= Wordtank G50 =

The Wordtank G50 was the flagship model of the Wordtank line of Electronic Japanese dictionary by Canon before it was replaced by the Wordtank G55, which was again superseded in capability by the later G70 (though not replaced – it is still available as a cheaper alternative to the G70). It was introduced in May 2004.

== Features ==
The Wordtank G50 is a bidirectional electronic dictionary, integrating both Japanese-English (97,000 entries) and English-Japanese (270,000 entries) dictionaries. It also contains a standard Japanese dictionary (230,000 entries) and an abridged version of the Oxford English Dictionary (80,000 entries). In addition, there is a kanji dictionary (13,112 entries), with several thousand of the kanji having stroke order animations available. The G50 was the first electronic dictionary to feature stroke order animations, making it useful to students of the Japanese language who are learning kanji. The G50 also includes a katakana dictionary (52,000 entries), a Japanese reverse dictionary (230,000 entries), and an illustration dictionary (2,600 entries).

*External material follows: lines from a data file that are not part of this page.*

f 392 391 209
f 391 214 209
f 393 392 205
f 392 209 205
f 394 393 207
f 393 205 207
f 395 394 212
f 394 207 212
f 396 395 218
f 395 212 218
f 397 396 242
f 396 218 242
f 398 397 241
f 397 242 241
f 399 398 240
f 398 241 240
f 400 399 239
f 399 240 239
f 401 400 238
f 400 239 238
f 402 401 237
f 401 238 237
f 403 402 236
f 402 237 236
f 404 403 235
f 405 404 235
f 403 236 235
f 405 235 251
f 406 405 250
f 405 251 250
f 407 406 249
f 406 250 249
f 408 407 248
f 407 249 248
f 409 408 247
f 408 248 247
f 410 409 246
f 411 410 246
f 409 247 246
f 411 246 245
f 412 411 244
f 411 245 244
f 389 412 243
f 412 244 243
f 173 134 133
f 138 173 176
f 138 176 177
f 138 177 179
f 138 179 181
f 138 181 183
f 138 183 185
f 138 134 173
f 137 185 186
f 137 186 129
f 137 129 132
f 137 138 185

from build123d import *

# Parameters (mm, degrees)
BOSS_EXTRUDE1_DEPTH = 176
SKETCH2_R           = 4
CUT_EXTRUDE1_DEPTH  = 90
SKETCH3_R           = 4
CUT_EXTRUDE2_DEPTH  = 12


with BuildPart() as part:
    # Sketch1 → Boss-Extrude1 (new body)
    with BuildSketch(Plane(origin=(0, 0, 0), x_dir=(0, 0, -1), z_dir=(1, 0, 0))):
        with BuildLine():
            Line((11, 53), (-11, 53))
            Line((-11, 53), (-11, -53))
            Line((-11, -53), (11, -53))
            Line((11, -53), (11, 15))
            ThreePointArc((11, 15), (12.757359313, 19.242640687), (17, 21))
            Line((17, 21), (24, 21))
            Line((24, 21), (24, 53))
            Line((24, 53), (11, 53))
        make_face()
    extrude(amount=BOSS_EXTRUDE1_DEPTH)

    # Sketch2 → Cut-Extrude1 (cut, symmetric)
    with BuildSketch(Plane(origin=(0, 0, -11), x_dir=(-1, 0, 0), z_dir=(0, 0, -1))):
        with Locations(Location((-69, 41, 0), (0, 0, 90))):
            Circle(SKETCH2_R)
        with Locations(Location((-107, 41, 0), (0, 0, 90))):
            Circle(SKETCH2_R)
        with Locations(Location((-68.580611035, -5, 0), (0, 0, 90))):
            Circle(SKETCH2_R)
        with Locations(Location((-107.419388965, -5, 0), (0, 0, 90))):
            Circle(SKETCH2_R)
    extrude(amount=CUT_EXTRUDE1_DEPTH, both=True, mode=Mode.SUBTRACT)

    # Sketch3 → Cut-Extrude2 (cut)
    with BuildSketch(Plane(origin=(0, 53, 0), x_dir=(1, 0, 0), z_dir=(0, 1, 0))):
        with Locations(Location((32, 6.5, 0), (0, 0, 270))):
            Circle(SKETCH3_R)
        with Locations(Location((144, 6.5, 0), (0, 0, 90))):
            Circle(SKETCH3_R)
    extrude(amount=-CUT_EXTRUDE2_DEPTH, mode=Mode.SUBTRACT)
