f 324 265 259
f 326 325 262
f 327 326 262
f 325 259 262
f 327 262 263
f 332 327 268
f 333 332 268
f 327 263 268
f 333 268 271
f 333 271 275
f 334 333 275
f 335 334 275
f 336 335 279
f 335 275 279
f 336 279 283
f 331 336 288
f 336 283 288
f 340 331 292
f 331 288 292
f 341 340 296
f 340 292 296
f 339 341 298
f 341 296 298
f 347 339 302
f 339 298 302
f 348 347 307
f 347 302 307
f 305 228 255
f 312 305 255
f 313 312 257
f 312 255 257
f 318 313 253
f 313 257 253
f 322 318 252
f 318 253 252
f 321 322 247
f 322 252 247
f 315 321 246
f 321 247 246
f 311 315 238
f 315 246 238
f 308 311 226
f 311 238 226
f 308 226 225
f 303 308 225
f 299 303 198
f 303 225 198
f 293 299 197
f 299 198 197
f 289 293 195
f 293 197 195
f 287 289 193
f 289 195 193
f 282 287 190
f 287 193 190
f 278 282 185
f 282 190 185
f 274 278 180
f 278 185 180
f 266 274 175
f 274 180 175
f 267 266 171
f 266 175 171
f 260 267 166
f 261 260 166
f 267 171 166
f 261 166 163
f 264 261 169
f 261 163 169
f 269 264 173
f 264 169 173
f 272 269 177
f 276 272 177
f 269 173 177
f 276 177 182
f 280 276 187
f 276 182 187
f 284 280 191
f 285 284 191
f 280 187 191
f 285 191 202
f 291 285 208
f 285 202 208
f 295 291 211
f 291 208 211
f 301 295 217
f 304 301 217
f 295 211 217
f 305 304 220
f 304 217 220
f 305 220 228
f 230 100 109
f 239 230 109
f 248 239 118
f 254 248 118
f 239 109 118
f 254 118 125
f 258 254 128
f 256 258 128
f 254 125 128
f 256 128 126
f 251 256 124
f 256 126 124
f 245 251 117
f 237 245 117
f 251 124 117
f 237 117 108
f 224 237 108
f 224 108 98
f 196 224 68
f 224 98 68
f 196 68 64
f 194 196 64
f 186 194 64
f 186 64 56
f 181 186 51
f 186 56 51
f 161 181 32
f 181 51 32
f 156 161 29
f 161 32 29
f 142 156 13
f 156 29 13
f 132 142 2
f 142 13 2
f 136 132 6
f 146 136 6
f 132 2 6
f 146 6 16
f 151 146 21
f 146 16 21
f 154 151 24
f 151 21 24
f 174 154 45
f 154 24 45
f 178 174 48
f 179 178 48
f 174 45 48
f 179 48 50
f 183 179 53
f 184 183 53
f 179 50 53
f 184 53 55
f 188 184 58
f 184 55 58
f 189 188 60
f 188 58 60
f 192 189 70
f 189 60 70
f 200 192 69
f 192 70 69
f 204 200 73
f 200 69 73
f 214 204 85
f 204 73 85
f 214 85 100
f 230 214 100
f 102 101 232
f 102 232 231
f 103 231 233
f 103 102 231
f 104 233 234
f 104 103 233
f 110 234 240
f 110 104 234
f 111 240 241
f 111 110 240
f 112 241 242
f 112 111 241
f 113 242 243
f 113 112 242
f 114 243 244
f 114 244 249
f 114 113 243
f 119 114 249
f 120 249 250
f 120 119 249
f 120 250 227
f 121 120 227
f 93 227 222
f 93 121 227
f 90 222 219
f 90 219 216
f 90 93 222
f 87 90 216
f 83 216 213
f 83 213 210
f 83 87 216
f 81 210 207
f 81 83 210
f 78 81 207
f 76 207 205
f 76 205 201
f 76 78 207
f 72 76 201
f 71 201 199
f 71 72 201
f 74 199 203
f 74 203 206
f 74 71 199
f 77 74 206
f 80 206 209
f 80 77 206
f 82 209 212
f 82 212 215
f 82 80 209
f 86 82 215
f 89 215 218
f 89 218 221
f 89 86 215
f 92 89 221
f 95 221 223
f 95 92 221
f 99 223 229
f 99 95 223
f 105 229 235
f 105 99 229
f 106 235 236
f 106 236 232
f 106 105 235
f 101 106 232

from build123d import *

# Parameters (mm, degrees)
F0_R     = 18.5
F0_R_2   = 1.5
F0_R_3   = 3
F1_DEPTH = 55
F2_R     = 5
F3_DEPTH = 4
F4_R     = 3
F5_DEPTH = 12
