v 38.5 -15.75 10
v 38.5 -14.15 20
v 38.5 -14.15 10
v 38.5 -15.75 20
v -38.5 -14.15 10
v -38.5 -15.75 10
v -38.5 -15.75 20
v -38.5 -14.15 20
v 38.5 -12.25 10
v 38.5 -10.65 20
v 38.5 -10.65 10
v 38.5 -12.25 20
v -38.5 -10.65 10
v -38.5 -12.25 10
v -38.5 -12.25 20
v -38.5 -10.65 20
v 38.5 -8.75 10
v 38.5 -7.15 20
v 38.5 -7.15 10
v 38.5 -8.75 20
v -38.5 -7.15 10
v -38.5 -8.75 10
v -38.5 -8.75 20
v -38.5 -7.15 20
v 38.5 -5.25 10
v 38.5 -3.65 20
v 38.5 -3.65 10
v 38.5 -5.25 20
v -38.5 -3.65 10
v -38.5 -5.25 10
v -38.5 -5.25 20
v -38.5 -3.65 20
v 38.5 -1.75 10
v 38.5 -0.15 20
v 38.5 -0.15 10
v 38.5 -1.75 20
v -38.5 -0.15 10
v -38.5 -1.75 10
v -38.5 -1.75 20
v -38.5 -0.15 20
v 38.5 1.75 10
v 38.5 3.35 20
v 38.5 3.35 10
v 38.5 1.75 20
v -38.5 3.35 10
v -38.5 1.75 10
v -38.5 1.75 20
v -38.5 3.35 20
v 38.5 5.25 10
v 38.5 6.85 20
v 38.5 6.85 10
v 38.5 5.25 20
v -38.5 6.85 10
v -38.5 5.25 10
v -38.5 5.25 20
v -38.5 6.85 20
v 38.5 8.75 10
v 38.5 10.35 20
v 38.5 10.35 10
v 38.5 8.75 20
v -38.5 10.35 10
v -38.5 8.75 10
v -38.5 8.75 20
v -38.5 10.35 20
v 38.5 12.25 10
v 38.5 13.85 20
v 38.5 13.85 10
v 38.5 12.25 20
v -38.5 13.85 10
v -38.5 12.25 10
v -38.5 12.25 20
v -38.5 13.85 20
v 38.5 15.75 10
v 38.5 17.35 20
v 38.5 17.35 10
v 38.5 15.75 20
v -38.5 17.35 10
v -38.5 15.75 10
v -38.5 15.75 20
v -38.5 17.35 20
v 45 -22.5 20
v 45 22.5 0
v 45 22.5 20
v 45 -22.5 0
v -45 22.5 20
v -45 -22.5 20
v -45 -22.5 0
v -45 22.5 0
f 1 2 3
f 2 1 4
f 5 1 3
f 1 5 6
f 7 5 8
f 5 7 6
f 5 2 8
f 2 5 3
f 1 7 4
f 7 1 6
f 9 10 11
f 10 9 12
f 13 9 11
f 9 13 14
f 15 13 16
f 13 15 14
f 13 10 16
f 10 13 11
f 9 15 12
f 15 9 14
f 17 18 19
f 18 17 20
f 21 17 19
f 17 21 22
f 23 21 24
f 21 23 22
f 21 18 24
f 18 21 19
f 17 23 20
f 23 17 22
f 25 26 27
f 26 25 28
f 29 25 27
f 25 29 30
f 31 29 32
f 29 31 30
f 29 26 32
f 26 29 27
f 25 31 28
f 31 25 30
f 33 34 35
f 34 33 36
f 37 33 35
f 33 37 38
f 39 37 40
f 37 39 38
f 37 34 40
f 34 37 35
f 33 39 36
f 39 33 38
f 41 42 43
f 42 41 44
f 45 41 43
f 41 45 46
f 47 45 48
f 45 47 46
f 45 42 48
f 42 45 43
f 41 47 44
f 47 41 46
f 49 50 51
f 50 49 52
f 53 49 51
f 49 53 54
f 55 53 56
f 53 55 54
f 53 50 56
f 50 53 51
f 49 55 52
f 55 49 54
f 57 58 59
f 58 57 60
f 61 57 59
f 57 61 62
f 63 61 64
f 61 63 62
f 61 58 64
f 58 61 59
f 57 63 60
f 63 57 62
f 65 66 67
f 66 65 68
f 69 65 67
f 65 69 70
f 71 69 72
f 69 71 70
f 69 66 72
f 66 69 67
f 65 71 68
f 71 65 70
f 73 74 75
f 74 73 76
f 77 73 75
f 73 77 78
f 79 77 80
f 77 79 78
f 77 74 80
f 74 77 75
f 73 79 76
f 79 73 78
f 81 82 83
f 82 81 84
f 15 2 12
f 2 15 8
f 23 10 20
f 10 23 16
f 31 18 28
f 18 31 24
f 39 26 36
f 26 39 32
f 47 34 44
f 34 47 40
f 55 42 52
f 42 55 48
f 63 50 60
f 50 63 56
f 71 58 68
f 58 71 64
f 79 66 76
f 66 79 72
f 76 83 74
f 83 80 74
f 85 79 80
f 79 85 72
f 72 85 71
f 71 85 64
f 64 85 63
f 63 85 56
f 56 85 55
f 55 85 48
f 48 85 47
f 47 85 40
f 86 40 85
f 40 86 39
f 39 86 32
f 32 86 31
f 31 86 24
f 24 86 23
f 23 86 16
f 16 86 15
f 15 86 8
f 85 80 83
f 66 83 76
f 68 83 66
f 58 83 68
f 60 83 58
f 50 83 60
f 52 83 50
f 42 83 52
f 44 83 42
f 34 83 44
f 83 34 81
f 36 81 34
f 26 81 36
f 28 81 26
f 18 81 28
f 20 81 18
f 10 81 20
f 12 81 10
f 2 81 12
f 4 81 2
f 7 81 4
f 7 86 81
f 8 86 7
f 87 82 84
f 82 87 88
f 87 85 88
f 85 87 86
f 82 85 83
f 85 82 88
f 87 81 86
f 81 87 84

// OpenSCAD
// Microscope slide drying rack
// Units: mm. Print orientation: base on XY plane, slots open upward (+Z).

// ---------- Block ----------
block_len   = 90;    // block length along X
block_wid   = 45;    // block width along Y
block_ht    = 20;    // block height along Z

// ---------- Slots ----------
slot_count  = 10;    // number of slide slots
slot_len    = 77;    // slot length along X (slightly > slide 75 mm)
slot_wid    = 1.6;   // slot width along Y
slot_depth  = 10;    // slot depth from top face (Z)
slot_pitch  = 3.5;   // centre-to-centre spacing along Y

// ---------- Misc ----------
eps         = 0.5;   // overshoot for clean boolean cuts
$fn         = 64;    // curve resolution (no curved features, set per rules)

// Slot group width (first centre to last centre)
slot_group_wid = (slot_count - 1) * slot_pitch;

difference() {
    // Base block, centred in X and Y
    translate([-block_len/2, -block_wid/2, 0])
        cube([block_len, block_wid, block_ht]);

    // Parallel slots, open at the top
    for (i = [0 : slot_count - 1]) {
        y = -slot_group_wid/2 + i * slot_pitch;
        translate([-slot_len/2, y, block_ht - slot_depth])
            cube([slot_len, slot_wid, slot_depth + eps]);
    }
}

Although the G50's feature set, particularly its variety of dictionaries, is extensive, it lacks stylus input (which, on some models, allows kanji to be looked up by drawing them) and sound output (for pronunciation), which are available on some competing models. It also lacks any furigana help for kanji, this mean that if you want to translate a word from English to Japanese you will only get the translation in Chinese characters. No translation with Hiragana is extremely unhelpful for non-Japanese.

== Use ==
Although Canon only sells and supports its electronic dictionaries in Japan, the G50 has been exported (primarily by Japanese retailers) and sold to English-speaking students of the Japanese language around the world. The appeal of the G50 is that it can replace large paper volumes, including bidirectional dictionaries and kanji dictionaries, with a portable device, while also making the search process faster.